Я так думаю, потому что люблю. Ты далеко от меня. Мне плохо от того, что я ничем сейчас не могу помогать тебе. Береги себя, больше отдыхай, не пиши писем каждый день, не волнуйся. Ты должна быть уверена у меня всё хорошо! Не может быть плохо у меня есть ты. Целую. Спасибо за будущего сына.


Не обижайся, родная, из-за моих писем! Вот и это старое, которое я берусь дописывать каждый вечер.

Наш промысловый отряд вот уже полмесяца работает вдалеке от основного флота: плавбаза и восемь маленьких добывающих корабликов. Нет никакой возможности ни отправить письмо, ни тебе получить от меня весточку. Бешусь, срываю злость на любом, кто упоминает в разговоре о почте. А спрашивают многие, ведь знают, что я самый из них ждущий


Нет счастливее человека, чем я. Ни у кого нет настроения радостнее, чем у меня. Почему?! Потому что есть у меня такая жена, как ты, Наташка, потому что сегодня я получил от тебя сразу восемь (!) писем.

Моё последнее письмо я писал двадцать дней января, не было никакой попутной оказии отправить, работали в дальнем районе океана, практически в одиночку, и эти дни были тяжёлыми для меня.

Твои письма стали взрослыми. Поверь мне, ты очень изменилась. Это и огорчает, и радует. В памяти ты на перроне вокзала, в лохматой шапке, кричишь что-то злое, а в глазах чёрные блестящие слёзы Маленькая, беспомощная, обиженная, а я уезжаю

Родная, я помню тебя такой. Ты встретишь меня после этого рейса не взъерошенным воробушком, а спокойной, взрослой, беременной женщиной! Тебя немного пугает предстоящая встреча?! Я это чувствую. Ты думаешь, как же я увижу тебя такую изменившуюся, и переживаешь? Глупая моя, милая! Это вокруг меня всё застыло, как в болоте, никаких новостей, а ты живёшь в такое волшебное время готовишься стать мамой и все изменения так идут тебе! Я знаю, я верю в это.

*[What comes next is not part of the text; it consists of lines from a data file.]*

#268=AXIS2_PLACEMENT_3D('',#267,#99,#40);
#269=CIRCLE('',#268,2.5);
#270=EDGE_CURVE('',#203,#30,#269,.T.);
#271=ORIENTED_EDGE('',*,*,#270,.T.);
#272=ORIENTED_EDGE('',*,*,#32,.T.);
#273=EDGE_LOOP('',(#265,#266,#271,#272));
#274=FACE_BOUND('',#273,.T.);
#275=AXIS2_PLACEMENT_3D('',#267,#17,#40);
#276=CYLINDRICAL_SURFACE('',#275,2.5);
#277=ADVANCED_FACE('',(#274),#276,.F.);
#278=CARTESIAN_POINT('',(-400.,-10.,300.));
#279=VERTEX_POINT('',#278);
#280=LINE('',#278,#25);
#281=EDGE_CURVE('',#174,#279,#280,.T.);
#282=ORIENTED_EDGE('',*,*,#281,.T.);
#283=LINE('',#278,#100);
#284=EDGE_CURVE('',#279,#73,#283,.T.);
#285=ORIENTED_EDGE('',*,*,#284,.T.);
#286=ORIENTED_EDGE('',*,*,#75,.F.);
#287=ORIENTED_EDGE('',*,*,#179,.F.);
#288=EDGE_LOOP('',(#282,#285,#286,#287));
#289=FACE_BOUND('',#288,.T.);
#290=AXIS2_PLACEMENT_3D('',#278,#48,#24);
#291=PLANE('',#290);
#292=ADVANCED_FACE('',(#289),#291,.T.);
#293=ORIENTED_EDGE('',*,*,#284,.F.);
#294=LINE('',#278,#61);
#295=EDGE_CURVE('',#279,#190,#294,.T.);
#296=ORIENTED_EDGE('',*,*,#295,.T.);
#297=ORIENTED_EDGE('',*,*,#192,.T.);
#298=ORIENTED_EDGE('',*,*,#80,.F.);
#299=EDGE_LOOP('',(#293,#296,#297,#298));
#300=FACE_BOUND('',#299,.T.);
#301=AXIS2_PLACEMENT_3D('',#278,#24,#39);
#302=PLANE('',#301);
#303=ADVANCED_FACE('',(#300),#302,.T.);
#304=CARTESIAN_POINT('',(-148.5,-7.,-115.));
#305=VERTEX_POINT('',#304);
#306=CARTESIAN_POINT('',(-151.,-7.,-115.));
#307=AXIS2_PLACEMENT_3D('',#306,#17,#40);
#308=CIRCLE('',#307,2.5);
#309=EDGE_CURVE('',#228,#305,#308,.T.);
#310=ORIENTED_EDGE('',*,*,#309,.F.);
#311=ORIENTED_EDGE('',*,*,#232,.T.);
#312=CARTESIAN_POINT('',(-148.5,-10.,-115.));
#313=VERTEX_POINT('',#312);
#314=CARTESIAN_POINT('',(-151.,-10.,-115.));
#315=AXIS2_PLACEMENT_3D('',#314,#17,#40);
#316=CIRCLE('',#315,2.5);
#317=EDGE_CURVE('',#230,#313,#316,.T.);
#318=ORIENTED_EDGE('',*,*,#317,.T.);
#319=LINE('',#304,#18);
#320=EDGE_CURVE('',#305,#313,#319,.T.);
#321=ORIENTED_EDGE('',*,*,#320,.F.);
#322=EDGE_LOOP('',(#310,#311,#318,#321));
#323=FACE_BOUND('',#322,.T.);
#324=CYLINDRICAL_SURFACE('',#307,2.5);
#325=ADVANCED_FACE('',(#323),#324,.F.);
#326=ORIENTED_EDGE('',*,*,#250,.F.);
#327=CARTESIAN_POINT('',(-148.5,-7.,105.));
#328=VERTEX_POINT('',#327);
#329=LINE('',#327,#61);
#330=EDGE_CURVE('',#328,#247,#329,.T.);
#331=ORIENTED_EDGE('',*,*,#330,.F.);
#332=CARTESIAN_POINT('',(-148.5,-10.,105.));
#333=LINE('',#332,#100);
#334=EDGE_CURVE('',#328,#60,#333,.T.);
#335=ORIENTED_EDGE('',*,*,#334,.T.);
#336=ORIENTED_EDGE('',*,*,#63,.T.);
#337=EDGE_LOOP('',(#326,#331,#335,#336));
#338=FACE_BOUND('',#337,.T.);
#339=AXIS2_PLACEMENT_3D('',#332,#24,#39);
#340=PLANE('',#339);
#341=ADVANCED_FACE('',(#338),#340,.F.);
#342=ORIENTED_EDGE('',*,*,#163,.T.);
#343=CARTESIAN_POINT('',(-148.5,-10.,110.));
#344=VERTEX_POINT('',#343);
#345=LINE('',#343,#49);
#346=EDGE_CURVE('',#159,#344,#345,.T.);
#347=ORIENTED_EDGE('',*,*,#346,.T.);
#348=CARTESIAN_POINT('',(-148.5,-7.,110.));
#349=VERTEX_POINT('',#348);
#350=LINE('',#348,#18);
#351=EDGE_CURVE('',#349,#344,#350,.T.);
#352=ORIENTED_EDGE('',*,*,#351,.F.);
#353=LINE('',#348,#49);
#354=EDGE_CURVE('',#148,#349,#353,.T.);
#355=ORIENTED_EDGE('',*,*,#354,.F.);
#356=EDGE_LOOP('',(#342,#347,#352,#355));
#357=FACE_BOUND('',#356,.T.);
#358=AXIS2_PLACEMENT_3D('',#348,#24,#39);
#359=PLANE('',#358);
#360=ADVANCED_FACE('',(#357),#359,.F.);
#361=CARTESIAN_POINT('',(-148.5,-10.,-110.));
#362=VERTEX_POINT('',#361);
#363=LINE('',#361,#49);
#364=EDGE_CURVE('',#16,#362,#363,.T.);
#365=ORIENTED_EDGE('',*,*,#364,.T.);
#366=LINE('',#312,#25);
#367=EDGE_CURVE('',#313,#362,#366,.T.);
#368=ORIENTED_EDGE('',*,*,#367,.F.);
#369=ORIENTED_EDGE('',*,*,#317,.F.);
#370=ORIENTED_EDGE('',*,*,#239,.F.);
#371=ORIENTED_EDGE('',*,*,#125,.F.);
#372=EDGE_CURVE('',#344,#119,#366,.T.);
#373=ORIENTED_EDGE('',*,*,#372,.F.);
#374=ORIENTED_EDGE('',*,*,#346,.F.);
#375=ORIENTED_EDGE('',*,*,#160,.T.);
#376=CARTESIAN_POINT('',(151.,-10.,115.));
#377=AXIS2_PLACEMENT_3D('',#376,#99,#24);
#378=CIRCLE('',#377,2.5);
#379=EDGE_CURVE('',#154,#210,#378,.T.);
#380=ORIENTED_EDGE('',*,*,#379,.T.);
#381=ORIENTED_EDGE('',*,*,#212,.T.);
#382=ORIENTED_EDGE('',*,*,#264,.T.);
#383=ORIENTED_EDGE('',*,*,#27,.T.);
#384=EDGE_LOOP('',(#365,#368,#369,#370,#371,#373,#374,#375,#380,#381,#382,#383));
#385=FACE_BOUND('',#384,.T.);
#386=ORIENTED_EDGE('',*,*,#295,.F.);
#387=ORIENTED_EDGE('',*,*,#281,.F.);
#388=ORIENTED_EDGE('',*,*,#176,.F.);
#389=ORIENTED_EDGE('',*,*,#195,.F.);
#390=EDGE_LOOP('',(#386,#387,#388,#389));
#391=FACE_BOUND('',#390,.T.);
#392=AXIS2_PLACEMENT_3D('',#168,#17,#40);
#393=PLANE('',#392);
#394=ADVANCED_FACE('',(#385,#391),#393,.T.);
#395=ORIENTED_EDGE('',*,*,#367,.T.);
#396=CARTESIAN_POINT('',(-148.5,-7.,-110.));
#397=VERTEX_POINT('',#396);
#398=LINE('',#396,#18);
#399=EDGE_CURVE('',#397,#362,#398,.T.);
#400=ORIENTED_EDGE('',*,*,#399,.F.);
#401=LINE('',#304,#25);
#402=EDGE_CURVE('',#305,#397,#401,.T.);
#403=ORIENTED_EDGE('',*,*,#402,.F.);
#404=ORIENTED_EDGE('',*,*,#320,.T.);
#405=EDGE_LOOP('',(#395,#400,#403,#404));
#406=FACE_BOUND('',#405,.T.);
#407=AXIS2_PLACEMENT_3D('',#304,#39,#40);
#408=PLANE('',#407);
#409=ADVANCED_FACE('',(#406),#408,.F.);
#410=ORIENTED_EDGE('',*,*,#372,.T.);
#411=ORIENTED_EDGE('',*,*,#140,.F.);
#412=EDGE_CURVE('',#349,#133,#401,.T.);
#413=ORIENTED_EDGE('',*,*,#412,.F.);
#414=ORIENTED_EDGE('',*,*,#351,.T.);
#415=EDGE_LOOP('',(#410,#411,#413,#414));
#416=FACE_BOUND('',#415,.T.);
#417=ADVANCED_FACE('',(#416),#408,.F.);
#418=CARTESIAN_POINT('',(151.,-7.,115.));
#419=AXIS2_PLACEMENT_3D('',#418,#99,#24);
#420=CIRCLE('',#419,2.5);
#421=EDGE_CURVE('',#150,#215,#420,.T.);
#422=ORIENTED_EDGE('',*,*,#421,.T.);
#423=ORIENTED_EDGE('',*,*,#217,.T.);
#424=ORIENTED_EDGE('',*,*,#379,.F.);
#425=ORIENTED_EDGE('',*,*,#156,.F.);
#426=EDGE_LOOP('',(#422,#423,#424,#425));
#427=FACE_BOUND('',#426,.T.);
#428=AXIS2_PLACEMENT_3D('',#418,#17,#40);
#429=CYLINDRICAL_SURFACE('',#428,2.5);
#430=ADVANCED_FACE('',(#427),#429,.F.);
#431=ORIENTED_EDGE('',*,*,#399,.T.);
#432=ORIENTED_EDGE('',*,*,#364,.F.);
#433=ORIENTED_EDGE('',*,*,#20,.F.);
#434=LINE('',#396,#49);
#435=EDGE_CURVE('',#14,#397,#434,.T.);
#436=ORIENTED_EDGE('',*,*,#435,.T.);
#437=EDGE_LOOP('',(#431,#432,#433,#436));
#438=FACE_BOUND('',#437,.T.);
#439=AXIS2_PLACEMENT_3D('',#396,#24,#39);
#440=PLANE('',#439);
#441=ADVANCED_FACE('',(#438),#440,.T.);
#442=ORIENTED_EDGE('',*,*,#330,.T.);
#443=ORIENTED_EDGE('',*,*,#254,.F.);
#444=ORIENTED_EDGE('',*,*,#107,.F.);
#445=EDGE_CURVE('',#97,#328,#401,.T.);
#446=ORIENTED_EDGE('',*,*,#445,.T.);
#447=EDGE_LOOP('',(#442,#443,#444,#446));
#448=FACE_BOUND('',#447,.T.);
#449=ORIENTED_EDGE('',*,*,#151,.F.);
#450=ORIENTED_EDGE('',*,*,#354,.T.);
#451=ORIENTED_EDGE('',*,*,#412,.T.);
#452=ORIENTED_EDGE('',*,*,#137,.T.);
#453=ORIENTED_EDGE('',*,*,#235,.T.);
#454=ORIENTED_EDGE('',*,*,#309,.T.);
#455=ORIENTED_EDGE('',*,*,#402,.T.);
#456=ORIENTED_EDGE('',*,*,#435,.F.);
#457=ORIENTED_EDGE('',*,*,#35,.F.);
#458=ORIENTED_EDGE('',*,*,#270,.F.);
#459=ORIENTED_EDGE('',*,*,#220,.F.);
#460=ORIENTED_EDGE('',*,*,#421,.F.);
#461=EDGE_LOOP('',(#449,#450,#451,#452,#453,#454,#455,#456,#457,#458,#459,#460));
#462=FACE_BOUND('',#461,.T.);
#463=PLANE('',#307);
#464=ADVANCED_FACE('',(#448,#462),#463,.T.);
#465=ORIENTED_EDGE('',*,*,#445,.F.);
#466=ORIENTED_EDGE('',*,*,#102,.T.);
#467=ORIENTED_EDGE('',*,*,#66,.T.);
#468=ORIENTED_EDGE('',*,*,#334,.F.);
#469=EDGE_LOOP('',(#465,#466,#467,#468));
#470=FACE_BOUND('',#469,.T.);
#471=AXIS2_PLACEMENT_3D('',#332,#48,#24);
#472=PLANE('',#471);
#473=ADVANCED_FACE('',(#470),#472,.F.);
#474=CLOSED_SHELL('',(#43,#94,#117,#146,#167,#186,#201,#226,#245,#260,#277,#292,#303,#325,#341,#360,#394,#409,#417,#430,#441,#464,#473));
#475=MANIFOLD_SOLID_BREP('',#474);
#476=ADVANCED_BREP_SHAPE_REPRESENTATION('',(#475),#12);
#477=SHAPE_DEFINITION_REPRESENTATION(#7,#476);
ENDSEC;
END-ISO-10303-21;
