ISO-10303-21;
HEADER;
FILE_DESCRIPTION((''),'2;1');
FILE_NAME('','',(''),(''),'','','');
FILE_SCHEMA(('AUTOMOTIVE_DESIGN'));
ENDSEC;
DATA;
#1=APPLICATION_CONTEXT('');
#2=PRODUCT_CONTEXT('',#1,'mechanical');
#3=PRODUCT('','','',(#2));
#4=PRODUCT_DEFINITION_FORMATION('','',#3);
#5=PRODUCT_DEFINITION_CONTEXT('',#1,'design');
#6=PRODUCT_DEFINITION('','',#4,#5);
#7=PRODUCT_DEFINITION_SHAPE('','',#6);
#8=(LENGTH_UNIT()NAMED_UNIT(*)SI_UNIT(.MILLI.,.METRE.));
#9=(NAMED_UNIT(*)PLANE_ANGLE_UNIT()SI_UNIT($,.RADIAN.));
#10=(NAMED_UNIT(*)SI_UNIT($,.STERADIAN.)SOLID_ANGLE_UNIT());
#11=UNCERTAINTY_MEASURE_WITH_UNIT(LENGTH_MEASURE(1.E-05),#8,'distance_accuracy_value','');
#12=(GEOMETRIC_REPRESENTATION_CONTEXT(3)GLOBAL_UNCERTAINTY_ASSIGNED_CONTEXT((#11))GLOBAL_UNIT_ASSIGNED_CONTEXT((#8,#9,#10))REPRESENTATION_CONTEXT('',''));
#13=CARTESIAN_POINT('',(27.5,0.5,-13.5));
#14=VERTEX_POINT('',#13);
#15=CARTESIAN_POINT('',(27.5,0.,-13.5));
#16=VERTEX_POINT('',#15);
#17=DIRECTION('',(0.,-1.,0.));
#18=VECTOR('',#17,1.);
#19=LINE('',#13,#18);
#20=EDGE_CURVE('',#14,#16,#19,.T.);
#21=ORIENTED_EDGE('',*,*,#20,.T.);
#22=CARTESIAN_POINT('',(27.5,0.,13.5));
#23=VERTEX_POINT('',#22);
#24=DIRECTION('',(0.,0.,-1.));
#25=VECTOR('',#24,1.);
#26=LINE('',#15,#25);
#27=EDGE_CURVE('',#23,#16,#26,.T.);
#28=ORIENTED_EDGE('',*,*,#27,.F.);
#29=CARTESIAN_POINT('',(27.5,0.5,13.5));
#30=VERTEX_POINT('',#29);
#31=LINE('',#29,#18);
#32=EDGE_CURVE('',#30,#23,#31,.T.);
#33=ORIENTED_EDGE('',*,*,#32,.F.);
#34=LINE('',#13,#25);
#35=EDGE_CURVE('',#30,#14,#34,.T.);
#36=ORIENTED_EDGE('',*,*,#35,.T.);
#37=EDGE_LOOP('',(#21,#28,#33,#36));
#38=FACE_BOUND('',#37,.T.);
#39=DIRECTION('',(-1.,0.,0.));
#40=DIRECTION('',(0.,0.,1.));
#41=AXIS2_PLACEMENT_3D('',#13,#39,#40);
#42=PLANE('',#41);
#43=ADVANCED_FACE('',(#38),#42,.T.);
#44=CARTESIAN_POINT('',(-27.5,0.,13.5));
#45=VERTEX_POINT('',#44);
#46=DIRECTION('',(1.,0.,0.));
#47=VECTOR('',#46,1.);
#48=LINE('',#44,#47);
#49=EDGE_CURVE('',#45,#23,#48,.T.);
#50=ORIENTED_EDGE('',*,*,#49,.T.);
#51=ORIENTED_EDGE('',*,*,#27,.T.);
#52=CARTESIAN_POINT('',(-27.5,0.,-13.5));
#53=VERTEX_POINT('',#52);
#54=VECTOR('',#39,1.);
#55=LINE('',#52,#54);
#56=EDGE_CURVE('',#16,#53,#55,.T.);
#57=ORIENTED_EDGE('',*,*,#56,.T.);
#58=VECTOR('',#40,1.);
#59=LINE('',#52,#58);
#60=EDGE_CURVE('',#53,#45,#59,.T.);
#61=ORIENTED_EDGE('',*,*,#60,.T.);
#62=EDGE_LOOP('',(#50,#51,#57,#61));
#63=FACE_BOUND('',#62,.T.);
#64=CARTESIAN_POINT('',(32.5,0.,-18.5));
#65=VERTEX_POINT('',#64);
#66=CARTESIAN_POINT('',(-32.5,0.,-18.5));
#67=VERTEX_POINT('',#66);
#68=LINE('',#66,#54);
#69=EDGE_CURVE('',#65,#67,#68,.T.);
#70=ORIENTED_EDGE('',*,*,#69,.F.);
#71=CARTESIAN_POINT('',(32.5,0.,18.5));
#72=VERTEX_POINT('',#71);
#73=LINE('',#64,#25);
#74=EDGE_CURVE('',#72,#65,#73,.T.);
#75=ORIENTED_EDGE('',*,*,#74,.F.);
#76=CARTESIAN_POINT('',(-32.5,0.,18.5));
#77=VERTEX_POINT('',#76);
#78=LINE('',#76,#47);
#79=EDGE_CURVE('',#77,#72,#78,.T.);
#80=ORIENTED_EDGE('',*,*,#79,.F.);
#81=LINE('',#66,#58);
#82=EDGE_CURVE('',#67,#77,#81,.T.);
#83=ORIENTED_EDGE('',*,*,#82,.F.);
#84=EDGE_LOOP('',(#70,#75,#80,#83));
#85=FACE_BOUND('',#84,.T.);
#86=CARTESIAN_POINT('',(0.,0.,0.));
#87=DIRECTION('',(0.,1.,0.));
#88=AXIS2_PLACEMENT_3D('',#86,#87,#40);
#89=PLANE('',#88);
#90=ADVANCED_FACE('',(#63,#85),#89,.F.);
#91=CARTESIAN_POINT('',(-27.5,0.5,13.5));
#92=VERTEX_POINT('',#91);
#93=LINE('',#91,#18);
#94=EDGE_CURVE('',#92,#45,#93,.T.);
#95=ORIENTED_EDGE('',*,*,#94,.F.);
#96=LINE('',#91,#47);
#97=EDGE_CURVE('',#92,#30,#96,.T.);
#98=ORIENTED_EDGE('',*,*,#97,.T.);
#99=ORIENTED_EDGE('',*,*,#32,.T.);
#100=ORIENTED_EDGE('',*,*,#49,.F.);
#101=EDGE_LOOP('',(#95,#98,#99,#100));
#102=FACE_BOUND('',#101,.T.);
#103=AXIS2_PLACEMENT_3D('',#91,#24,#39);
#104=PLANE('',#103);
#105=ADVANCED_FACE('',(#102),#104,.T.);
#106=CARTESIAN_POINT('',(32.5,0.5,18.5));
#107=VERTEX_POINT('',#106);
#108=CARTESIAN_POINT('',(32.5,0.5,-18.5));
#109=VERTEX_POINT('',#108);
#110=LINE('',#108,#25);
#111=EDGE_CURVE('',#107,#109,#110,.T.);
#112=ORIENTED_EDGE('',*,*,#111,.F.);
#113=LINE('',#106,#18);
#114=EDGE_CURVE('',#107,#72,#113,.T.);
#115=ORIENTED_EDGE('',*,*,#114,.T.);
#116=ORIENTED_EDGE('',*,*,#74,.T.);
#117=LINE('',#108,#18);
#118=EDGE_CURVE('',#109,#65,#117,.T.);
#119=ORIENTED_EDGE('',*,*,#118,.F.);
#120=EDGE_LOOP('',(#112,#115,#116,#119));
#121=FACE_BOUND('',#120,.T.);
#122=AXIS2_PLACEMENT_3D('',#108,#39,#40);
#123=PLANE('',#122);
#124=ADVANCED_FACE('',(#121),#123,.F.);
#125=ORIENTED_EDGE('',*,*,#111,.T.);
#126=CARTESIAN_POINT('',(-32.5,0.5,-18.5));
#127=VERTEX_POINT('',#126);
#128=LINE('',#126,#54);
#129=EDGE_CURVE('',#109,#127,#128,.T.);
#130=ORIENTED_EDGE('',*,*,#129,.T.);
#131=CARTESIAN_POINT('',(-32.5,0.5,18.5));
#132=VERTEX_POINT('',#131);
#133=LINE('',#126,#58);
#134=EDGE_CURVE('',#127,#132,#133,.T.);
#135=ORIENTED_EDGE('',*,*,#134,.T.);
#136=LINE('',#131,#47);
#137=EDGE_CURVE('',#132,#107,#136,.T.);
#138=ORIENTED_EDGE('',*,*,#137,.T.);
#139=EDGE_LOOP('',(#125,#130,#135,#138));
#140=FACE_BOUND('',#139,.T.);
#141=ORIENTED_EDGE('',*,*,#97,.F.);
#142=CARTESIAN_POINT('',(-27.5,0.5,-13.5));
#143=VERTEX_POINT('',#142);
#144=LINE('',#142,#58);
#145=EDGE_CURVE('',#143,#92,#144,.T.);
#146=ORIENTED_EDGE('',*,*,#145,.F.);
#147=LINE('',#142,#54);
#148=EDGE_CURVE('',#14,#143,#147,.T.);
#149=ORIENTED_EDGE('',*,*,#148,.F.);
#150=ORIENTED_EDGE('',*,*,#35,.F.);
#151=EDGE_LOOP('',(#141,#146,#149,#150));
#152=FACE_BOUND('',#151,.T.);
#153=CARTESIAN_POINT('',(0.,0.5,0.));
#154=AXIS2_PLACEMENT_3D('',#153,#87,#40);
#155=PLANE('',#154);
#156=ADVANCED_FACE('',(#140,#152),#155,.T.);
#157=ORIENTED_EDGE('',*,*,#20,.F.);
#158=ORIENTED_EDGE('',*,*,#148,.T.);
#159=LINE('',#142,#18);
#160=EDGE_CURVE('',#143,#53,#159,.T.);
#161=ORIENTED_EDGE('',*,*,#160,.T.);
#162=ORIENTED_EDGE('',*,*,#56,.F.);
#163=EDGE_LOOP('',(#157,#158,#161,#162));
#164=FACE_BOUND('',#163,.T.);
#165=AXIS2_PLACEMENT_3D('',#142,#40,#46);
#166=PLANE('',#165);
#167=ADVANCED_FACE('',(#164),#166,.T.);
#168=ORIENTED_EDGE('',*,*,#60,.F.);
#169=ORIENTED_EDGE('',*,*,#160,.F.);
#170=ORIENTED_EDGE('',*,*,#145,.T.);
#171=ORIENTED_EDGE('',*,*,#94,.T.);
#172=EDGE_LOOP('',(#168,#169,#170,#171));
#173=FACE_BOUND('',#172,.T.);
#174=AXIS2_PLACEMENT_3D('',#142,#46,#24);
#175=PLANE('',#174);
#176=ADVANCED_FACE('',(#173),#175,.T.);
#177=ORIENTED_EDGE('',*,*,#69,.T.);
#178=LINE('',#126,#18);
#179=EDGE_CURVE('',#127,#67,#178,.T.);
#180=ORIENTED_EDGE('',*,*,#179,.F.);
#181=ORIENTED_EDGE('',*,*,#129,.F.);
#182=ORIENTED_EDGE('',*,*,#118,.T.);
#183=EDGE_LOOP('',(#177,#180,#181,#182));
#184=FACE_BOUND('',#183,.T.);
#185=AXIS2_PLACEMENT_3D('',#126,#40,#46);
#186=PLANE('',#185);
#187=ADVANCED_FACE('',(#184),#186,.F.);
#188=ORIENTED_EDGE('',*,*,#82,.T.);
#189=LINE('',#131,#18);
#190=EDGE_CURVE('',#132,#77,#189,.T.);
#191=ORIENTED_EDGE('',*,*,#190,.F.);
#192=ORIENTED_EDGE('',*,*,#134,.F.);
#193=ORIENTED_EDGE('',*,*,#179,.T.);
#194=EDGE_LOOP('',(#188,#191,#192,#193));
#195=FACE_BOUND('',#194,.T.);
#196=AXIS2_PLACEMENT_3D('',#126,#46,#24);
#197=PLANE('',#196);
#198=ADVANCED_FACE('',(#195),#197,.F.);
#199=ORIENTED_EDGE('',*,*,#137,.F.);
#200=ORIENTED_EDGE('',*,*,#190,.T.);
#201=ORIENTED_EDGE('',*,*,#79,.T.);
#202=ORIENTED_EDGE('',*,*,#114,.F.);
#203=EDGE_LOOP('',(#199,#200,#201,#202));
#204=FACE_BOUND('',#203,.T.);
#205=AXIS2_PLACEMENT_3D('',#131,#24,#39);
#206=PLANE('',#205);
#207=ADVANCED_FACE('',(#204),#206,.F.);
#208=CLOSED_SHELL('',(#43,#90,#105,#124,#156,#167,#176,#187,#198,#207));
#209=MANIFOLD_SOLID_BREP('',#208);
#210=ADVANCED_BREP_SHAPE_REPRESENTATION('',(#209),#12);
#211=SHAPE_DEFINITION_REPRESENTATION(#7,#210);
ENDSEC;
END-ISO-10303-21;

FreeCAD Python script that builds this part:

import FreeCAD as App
import Part
import Sketcher
from FreeCAD import Vector
Q = App.Units.Quantity

doc = App.newDocument("Part")
body = doc.addObject("PartDesign::Body", "Body")

sketch1 = doc.addObject("Sketcher::SketchObject", "Sketch")
body.addObject(sketch1)
sketch1.AttachmentSupport = (doc.XZ_Plane, [""])
sketch1.MapMode = "FlatFace"
sketch1.addGeometry([
    Part.LineSegment(Vector(-32.5, -18.5, 0), Vector(-32.5, 18.5, 0)),
    Part.LineSegment(Vector(-32.5, 18.5, 0), Vector(32.5, 18.5, 0)),
    Part.LineSegment(Vector(32.5, 18.5, 0), Vector(32.5, -18.5, 0)),
    Part.LineSegment(Vector(32.5, -18.5, 0), Vector(-32.5, -18.5, 0)),
    Part.LineSegment(Vector(27.5, 13.5, 0), Vector(-27.5, 13.5, 0)),
    Part.LineSegment(Vector(-27.5, 13.5, 0), Vector(-27.5, -13.5, 0)),
    Part.LineSegment(Vector(-27.5, -13.5, 0), Vector(27.5, -13.5, 0)),
    Part.LineSegment(Vector(27.5, -13.5, 0), Vector(27.5, 13.5, 0)),
], False)
sketch1.addConstraint([
    Sketcher.Constraint("Coincident", 0, 2, 1, 1),
    Sketcher.Constraint("Coincident", 1, 2, 2, 1),
    Sketcher.Constraint("Coincident", 2, 2, 3, 1),
    Sketcher.Constraint("Coincident", 3, 2, 0, 1),
    Sketcher.Constraint("Coincident", 4, 2, 5, 1),
    Sketcher.Constraint("Coincident", 5, 2, 6, 1),
    Sketcher.Constraint("Coincident", 6, 2, 7, 1),
    Sketcher.Constraint("Coincident", 7, 2, 4, 1),
    Sketcher.Constraint("Vertical", 0),
    Sketcher.Constraint("Horizontal", 1),
    Sketcher.Constraint("Vertical", 2),
    Sketcher.Constraint("Horizontal", 3),
    Sketcher.Constraint("Horizontal", 4),
    Sketcher.Constraint("Vertical", 5),
    Sketcher.Constraint("Horizontal", 6),
    Sketcher.Constraint("Vertical", 7),
    Sketcher.Constraint("Symmetric", 0, 2, 2, 2, -1, 1),
    Sketcher.Constraint("Symmetric", 4, 2, 6, 2, -1, 1),
    Sketcher.Constraint("DistanceX", 1, 1, 1, 2, Q("65 mm")),
    Sketcher.Constraint("DistanceX", 4, 2, 4, 1, Q("55 mm")),
    Sketcher.Constraint("DistanceY", 0, 1, 0, 2, Q("37 mm")),
    Sketcher.Constraint("DistanceY", 5, 2, 5, 1, Q("27 mm")),
])
pad1 = doc.addObject("PartDesign::Pad", "Pad")
body.addObject(pad1)
pad1.Profile = sketch1
pad1.Length = 0.5
pad1.Reversed = True

doc.recompute()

Недавно на вахте я вспоминал, как мы с тобой однажды поссорились. Причина была пустяковая, оба надулись, я лежал на диване, пытался что-то читать, а сам украдкой наблюдал за тобой. Ты сидела за столом и что-то грустно рисовала в нашей общей тетради. Обоим было плохо, но мы тогда были такими упрямыми! А потом ты как-то решительно, вдруг, сказала: «Послушай», и не успела ещё договорить, как я понял, что это мир! Бросился к тебе и целовал, целовал

Ну вот, к нашему борту подходит попутный «почтовый ящик». Время отдавать это письмо. Ребята сменяются с промысла, улетают, через день будут в столице, а ещё через неделю ты услышишь мой голос, читая эти строчки. Я буду разговаривать с тобой. Осталось восемьдесят восемь дней. Целую, хоть и отвык


Здравствуй, самая лучшая на свете жена Наташка! А я болван Ты пишешь, что ревела из-за одного моего дурацкого письма?! Сейчас я буду говорить тебе много всего, слушай внимательно и знай, что даже самые плохие мысли, о которых я пишу тебе, уже не страшны нам с тобой! Это как нарыв мучительно больно, а потом резанёшь ножом ужасная боль, но уже всё позади. И никогда она больше к нам не возвратится. Никогда. Так было и в том письме


Здравствуй, милая! Завтра половина рейса. Половина разлуки, половина мучений А ещё через двадцать четыре дня исполнится год, как я увидал абсолютно незнакомую мне, но очень красивую девушку! Ты не догадываешься, кто же это тогда была?! Вот так, родная, понемногу и появляются в нашей совместной жизни замечательные даты, любимые праздники.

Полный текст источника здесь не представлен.